Requirement:
In the data below, find the line containing "e103 v76 v79 LINE", then set down that line and every later line up to and including the line containing "e119 -e5 -e88]", exactly.
[[ Material provided open ]]
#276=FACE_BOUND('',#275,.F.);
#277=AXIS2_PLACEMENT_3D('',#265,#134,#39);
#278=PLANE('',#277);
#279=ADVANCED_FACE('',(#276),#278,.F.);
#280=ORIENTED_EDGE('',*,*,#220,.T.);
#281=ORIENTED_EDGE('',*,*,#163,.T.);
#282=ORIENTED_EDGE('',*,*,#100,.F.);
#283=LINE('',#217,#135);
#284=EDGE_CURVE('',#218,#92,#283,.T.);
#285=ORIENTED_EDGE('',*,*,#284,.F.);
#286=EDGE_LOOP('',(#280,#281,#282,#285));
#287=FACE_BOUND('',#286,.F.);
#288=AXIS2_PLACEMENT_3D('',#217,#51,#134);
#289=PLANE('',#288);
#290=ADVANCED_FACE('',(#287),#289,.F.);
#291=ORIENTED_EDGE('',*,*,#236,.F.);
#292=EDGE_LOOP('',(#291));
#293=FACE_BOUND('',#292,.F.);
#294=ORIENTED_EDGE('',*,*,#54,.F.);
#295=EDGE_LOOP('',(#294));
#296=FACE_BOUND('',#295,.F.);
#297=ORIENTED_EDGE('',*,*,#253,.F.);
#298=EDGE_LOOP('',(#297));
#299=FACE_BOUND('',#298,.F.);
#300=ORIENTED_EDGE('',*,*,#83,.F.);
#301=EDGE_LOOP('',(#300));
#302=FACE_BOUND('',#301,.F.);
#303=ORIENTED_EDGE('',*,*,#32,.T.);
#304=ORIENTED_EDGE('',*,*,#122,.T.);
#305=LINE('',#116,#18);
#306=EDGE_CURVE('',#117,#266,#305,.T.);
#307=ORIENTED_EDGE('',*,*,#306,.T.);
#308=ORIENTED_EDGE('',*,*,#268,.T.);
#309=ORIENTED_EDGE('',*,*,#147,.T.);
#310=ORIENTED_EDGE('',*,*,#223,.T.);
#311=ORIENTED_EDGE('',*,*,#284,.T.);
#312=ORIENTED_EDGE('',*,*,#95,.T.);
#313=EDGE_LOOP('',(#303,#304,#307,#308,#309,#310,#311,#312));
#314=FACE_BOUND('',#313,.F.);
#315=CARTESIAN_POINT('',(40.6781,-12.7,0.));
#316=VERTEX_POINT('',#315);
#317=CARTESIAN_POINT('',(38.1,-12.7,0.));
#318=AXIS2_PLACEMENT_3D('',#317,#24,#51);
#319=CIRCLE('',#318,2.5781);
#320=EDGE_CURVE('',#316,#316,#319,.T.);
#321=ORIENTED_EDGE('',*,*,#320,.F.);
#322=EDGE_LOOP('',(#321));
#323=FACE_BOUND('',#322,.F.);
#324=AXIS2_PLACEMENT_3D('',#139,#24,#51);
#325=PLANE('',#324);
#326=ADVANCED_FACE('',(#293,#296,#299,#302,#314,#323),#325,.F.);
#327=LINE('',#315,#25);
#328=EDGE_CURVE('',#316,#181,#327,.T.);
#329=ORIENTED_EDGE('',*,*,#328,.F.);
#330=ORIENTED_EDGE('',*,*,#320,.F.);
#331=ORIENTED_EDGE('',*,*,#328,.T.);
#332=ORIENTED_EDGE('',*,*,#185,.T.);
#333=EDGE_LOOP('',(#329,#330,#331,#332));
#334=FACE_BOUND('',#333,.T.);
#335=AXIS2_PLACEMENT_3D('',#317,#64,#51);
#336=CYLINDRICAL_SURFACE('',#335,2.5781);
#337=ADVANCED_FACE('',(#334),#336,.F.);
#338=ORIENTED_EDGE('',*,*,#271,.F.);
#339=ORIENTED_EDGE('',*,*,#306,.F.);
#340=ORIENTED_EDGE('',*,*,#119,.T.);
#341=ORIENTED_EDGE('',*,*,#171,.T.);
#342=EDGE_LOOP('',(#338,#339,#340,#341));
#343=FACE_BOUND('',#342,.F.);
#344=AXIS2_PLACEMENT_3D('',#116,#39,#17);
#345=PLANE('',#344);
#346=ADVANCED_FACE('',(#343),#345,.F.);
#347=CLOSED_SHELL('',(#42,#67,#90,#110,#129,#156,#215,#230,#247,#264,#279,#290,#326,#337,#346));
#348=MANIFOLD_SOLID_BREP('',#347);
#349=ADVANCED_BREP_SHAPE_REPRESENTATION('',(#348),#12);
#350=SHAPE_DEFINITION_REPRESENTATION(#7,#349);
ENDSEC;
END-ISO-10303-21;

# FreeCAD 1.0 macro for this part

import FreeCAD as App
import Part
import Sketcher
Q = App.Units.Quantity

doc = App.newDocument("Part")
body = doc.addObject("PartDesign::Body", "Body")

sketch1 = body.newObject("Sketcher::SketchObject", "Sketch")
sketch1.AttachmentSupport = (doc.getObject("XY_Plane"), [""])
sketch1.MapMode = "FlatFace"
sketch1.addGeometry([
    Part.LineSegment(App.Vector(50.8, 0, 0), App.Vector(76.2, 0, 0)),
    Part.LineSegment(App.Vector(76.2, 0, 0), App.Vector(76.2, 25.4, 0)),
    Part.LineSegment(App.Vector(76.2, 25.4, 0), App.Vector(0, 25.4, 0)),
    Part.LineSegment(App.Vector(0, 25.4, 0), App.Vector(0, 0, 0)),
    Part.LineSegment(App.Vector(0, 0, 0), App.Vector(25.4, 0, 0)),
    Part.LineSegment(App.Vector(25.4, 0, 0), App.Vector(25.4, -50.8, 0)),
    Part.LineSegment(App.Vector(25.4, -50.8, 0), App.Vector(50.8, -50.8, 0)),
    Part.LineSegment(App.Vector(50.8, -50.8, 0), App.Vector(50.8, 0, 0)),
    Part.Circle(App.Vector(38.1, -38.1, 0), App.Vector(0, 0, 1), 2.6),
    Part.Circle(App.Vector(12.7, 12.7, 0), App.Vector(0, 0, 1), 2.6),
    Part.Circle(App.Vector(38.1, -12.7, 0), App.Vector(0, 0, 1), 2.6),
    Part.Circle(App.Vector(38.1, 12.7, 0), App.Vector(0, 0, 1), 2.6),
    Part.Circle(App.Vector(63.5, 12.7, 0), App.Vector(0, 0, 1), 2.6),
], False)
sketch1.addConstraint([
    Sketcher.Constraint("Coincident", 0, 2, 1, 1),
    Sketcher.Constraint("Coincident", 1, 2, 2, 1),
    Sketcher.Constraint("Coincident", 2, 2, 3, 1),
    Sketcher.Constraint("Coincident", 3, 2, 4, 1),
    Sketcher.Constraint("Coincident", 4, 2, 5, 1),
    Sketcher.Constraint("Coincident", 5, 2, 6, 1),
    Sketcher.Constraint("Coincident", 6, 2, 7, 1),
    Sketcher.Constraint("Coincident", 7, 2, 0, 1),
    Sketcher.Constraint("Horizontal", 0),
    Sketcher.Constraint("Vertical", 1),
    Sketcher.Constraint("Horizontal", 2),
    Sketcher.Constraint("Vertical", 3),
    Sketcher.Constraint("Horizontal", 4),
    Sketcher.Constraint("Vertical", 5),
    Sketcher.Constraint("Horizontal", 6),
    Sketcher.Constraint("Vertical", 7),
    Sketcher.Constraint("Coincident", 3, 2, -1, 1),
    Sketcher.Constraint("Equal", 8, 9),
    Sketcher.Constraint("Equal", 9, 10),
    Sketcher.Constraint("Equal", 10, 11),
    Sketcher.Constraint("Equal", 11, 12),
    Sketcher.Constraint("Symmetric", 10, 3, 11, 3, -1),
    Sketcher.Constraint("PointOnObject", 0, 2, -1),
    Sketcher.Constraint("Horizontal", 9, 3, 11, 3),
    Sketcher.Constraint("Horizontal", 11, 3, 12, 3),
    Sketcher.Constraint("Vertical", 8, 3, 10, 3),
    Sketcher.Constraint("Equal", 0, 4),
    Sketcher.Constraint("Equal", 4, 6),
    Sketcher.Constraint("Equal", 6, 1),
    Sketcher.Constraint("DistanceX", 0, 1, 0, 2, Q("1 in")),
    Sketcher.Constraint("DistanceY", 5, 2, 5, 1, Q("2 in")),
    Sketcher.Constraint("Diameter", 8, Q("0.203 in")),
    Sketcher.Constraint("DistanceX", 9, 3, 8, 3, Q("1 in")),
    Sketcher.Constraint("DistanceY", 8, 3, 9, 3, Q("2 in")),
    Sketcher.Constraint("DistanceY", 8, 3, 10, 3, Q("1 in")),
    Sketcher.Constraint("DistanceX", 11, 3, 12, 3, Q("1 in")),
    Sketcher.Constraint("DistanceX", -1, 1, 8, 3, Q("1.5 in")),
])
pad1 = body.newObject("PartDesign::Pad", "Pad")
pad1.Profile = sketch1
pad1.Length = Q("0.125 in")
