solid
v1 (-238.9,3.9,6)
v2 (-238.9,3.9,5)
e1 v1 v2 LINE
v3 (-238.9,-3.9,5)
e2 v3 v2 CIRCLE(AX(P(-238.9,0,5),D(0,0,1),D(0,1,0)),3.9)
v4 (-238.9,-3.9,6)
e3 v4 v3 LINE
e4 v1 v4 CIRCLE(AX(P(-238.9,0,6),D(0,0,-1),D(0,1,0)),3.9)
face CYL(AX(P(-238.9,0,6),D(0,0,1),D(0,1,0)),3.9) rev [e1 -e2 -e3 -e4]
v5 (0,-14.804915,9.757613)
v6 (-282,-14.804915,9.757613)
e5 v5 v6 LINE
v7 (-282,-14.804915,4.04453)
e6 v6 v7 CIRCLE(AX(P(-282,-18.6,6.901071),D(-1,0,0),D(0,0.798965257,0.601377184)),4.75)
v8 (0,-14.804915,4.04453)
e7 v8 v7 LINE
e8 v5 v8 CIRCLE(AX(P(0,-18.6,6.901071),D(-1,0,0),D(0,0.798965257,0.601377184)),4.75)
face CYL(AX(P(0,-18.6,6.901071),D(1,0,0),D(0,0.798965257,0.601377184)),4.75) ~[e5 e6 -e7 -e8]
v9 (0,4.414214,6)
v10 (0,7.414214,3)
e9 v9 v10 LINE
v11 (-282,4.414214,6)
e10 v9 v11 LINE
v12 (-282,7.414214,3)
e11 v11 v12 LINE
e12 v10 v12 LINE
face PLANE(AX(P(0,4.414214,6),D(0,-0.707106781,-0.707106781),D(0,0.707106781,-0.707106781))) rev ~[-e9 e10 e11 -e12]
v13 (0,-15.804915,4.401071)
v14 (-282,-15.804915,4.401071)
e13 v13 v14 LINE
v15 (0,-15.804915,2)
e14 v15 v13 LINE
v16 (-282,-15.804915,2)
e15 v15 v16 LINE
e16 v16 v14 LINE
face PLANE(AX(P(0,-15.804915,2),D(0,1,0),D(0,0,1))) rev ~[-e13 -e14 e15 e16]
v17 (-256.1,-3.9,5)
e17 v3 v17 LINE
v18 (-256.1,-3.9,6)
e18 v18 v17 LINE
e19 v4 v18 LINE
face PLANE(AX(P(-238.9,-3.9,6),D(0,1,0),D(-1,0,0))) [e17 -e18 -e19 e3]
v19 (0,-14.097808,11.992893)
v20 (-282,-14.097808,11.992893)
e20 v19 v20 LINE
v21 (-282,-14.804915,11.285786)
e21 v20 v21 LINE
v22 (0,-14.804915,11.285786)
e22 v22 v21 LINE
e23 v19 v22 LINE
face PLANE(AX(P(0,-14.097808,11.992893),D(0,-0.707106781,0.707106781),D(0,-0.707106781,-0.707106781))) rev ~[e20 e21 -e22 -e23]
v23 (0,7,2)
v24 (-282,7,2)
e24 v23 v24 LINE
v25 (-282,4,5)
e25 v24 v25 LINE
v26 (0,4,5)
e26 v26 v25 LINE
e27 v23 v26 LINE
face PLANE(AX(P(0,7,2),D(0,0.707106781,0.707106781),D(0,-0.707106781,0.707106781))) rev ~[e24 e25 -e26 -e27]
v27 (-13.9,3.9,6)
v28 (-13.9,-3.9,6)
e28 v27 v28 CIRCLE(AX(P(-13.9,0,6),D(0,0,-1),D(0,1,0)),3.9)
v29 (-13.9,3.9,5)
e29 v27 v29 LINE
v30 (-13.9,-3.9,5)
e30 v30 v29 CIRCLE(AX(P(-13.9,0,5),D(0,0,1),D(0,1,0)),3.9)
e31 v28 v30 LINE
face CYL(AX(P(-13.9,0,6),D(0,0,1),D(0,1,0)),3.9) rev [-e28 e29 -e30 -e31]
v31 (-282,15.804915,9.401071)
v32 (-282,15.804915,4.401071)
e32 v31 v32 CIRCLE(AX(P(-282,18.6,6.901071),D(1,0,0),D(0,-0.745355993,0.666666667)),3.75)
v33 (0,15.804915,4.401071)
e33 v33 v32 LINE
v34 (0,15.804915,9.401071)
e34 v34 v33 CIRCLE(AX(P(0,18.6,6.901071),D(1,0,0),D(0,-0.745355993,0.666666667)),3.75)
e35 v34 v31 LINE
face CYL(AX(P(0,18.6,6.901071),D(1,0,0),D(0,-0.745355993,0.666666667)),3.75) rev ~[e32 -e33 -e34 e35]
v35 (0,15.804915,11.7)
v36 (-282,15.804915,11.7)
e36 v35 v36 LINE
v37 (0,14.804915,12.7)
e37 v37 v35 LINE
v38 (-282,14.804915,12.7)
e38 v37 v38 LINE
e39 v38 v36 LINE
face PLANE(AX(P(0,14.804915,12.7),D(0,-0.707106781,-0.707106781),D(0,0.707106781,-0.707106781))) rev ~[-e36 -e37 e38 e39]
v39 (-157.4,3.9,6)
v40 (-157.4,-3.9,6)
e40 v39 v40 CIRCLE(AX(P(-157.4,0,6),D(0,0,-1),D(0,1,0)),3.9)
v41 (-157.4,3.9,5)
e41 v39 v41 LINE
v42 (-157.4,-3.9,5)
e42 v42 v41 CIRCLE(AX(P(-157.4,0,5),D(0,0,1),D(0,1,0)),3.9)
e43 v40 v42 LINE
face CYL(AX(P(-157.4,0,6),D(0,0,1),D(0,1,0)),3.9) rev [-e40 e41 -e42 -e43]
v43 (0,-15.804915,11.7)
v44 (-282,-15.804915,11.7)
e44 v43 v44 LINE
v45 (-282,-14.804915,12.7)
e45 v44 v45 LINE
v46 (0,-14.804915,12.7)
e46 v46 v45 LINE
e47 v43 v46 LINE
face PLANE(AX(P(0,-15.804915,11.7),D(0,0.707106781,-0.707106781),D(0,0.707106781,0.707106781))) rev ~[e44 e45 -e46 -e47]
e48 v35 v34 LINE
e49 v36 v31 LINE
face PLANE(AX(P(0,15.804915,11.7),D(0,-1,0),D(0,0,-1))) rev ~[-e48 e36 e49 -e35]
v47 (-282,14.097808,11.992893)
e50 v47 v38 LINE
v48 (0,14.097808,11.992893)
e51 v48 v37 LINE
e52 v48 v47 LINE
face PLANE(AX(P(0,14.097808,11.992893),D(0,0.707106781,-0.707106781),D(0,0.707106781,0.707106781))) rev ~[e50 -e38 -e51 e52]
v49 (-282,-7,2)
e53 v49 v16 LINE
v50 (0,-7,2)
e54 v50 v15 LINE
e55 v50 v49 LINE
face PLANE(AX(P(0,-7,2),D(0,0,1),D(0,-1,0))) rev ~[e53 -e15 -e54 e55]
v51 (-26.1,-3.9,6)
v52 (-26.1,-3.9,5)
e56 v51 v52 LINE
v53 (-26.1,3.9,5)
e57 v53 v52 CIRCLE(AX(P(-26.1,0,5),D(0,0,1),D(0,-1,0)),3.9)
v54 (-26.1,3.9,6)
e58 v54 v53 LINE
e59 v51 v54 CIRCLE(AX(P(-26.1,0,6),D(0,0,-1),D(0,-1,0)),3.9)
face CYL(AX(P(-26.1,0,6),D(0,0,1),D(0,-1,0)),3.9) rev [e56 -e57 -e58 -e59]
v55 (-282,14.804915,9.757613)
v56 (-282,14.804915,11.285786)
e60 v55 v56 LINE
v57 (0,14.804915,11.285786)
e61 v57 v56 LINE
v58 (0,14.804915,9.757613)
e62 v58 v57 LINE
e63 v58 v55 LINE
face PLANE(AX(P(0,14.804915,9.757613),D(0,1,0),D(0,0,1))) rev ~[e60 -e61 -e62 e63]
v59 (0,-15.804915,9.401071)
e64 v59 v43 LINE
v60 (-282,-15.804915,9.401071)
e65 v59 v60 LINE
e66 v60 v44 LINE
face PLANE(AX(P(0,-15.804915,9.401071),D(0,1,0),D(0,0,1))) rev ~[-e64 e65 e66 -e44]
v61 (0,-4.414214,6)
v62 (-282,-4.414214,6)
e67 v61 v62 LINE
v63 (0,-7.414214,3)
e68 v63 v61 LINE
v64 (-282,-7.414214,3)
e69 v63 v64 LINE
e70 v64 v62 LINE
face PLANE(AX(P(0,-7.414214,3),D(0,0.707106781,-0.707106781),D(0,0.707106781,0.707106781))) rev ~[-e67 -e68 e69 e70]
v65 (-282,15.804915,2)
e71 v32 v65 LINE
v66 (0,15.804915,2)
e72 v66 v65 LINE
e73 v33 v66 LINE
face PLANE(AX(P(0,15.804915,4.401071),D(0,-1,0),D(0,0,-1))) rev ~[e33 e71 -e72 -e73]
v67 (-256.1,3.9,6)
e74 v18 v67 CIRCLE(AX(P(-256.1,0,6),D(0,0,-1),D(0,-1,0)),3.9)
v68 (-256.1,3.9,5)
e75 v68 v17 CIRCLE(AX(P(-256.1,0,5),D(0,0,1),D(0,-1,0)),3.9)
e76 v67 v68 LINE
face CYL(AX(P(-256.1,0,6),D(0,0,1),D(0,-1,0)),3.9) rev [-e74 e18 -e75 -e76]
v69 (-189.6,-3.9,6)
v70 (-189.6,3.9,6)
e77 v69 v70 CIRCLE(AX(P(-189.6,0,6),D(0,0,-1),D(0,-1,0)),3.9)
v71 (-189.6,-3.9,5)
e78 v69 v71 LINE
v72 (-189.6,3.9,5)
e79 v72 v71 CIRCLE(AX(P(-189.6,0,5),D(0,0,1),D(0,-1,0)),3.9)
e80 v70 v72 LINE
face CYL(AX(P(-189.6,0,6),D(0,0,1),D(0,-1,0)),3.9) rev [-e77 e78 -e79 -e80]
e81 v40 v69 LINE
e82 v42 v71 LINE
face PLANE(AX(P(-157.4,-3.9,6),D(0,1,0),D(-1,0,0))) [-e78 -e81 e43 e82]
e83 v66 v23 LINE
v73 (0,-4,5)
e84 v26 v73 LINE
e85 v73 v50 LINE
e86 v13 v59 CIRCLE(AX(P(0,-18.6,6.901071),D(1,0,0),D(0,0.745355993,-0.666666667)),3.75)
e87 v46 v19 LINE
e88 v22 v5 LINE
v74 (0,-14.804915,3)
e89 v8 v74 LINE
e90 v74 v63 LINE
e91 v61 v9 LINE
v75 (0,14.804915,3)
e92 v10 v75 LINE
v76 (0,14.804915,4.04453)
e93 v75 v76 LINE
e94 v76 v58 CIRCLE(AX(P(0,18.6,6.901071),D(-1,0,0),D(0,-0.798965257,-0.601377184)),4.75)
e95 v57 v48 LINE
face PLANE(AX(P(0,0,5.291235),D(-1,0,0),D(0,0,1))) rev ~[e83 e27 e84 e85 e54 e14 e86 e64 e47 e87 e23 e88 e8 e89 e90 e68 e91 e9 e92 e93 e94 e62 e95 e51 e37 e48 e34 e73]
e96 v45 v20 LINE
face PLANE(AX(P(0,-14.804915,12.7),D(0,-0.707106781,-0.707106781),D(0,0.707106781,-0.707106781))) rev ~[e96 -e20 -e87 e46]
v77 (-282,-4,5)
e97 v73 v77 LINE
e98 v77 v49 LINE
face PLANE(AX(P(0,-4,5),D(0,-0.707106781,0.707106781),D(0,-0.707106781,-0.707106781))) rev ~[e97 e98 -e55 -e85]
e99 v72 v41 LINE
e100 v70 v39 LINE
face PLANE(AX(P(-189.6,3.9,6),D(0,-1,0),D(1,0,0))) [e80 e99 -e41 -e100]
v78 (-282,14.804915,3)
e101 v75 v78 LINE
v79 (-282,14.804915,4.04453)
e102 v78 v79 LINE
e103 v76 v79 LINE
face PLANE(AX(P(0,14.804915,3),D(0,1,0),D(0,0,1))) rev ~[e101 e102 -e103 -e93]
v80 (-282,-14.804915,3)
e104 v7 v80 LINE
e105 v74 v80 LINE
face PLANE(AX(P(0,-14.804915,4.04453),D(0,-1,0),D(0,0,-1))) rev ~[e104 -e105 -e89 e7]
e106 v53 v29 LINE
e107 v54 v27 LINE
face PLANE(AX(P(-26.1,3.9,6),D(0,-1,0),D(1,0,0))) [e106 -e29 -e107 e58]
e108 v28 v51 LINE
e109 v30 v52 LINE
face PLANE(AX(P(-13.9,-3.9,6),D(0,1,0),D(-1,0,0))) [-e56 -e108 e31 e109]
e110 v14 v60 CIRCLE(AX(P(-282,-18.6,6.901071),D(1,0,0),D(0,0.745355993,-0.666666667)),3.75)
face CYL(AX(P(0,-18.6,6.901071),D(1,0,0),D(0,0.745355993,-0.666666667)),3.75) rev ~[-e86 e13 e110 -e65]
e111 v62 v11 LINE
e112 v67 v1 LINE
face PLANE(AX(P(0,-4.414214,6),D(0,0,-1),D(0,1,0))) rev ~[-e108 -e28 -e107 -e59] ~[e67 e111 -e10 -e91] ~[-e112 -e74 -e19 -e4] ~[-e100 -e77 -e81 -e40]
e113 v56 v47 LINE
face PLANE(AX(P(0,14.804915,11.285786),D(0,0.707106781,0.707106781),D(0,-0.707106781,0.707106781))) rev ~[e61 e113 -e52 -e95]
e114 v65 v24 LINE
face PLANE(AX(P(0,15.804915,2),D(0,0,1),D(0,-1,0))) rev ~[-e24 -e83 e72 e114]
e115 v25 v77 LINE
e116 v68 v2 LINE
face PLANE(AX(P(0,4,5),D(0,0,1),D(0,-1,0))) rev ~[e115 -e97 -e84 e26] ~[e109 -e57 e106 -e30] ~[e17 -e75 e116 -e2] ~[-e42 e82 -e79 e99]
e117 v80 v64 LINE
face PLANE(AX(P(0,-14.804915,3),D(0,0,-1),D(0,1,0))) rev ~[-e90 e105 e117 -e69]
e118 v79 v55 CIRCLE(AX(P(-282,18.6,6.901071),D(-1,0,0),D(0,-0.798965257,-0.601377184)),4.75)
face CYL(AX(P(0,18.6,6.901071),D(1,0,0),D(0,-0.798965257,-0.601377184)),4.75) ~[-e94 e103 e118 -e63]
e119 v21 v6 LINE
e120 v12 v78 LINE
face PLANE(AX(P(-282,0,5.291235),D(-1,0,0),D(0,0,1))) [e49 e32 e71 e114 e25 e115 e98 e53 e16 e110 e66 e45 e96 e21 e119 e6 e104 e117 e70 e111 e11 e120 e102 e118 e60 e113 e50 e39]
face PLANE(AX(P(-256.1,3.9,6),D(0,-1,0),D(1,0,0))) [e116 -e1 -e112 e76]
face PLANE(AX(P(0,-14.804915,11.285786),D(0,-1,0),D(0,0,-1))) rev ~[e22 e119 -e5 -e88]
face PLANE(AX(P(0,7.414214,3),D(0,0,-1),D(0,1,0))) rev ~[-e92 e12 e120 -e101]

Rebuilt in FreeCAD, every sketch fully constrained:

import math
import FreeCAD as App
import Part
import Sketcher
from FreeCAD import Vector
Q = App.Units.Quantity

doc = App.newDocument("Part")
body = doc.addObject("PartDesign::Body", "Body")

# Sketch on YZ plane
sketch1 = body.newObject("Sketcher::SketchObject", "Sketch")
sketch1.AttachmentSupport = (doc.getObject("YZ_Plane"), [""])
sketch1.MapMode = "FlatFace"
sketch1.addGeometry([
    Part.LineSegment(Vector(15.8, 11.7, 0), Vector(14.8, 12.7, 0)),  # 0
    Part.LineSegment(Vector(14.8, 12.7, 0), Vector(14.1, 12, 0)),  # 1
    Part.LineSegment(Vector(14.1, 12, 0), Vector(14.8, 11.3, 0)),  # 2
    Part.LineSegment(Vector(14.8, 11.3, 0), Vector(14.8, 9.8, 0)),  # 3
    Part.ArcOfCircle(Part.Circle(Vector(18.6, 6.9, 0), Vector(0, 0, 1), 4.8), math.radians(143), math.radians(217)),  # 4
    Part.LineSegment(Vector(14.8, 4, 0), Vector(14.8, 3, 0)),  # 5
    Part.LineSegment(Vector(14.8, 3, 0), Vector(7.4, 3, 0)),  # 6
    Part.LineSegment(Vector(7.4, 3, 0), Vector(4.4, 6, 0)),  # 7
    Part.LineSegment(Vector(4.4, 6, 0), Vector(-4.4, 6, 0)),  # 8
    Part.LineSegment(Vector(-4.4, 6, 0), Vector(-7.4, 3, 0)),  # 9
    Part.LineSegment(Vector(-7.4, 3, 0), Vector(-14.8, 3, 0)),  # 10
    Part.LineSegment(Vector(-14.8, 3, 0), Vector(-14.8, 4, 0)),  # 11
    Part.ArcOfCircle(Part.Circle(Vector(-18.6, 6.9, 0), Vector(0, 0, 1), 4.8), math.radians(-37), math.radians(37)),  # 12
    Part.LineSegment(Vector(-14.8, 9.8, 0), Vector(-14.8, 11.3, 0)),  # 13
    Part.LineSegment(Vector(-14.8, 11.3, 0), Vector(-14.1, 12, 0)),  # 14
    Part.LineSegment(Vector(-14.1, 12, 0), Vector(-14.8, 12.7, 0)),  # 15
    Part.LineSegment(Vector(-14.8, 12.7, 0), Vector(-15.8, 11.7, 0)),  # 16
    Part.LineSegment(Vector(-15.8, 11.7, 0), Vector(-15.8, 9.4, 0)),  # 17
    Part.ArcOfCircle(Part.Circle(Vector(-18.6, 6.9, 0), Vector(0, 0, 1), 3.8), math.radians(-42), math.radians(42)),  # 18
[[ Material provided closed ]]
Solved problem:
e103 v76 v79 LINE
face PLANE(AX(P(0,14.804915,3),D(0,1,0),D(0,0,1))) rev ~[e101 e102 -e103 -e93]
v80 (-282,-14.804915,3)
e104 v7 v80 LINE
e105 v74 v80 LINE
face PLANE(AX(P(0,-14.804915,4.04453),D(0,-1,0),D(0,0,-1))) rev ~[e104 -e105 -e89 e7]
e106 v53 v29 LINE
e107 v54 v27 LINE
face PLANE(AX(P(-26.1,3.9,6),D(0,-1,0),D(1,0,0))) [e106 -e29 -e107 e58]
e108 v28 v51 LINE
e109 v30 v52 LINE
face PLANE(AX(P(-13.9,-3.9,6),D(0,1,0),D(-1,0,0))) [-e56 -e108 e31 e109]
e110 v14 v60 CIRCLE(AX(P(-282,-18.6,6.901071),D(1,0,0),D(0,0.745355993,-0.666666667)),3.75)
face CYL(AX(P(0,-18.6,6.901071),D(1,0,0),D(0,0.745355993,-0.666666667)),3.75) rev ~[-e86 e13 e110 -e65]
e111 v62 v11 LINE
e112 v67 v1 LINE
face PLANE(AX(P(0,-4.414214,6),D(0,0,-1),D(0,1,0))) rev ~[-e108 -e28 -e107 -e59] ~[e67 e111 -e10 -e91] ~[-e112 -e74 -e19 -e4] ~[-e100 -e77 -e81 -e40]
e113 v56 v47 LINE
face PLANE(AX(P(0,14.804915,11.285786),D(0,0.707106781,0.707106781),D(0,-0.707106781,0.707106781))) rev ~[e61 e113 -e52 -e95]
e114 v65 v24 LINE
face PLANE(AX(P(0,15.804915,2),D(0,0,1),D(0,-1,0))) rev ~[-e24 -e83 e72 e114]
e115 v25 v77 LINE
e116 v68 v2 LINE
face PLANE(AX(P(0,4,5),D(0,0,1),D(0,-1,0))) rev ~[e115 -e97 -e84 e26] ~[e109 -e57 e106 -e30] ~[e17 -e75 e116 -e2] ~[-e42 e82 -e79 e99]
e117 v80 v64 LINE
face PLANE(AX(P(0,-14.804915,3),D(0,0,-1),D(0,1,0))) rev ~[-e90 e105 e117 -e69]
e118 v79 v55 CIRCLE(AX(P(-282,18.6,6.901071),D(-1,0,0),D(0,-0.798965257,-0.601377184)),4.75)
face CYL(AX(P(0,18.6,6.901071),D(1,0,0),D(0,-0.798965257,-0.601377184)),4.75) ~[-e94 e103 e118 -e63]
e119 v21 v6 LINE
e120 v12 v78 LINE
face PLANE(AX(P(-282,0,5.291235),D(-1,0,0),D(0,0,1))) [e49 e32 e71 e114 e25 e115 e98 e53 e16 e110 e66 e45 e96 e21 e119 e6 e104 e117 e70 e111 e11 e120 e102 e118 e60 e113 e50 e39]
face PLANE(AX(P(-256.1,3.9,6),D(0,-1,0),D(1,0,0))) [e116 -e1 -e112 e76]
face PLANE(AX(P(0,-14.804915,11.285786),D(0,-1,0),D(0,0,-1))) rev ~[e22 e119 -e5 -e88]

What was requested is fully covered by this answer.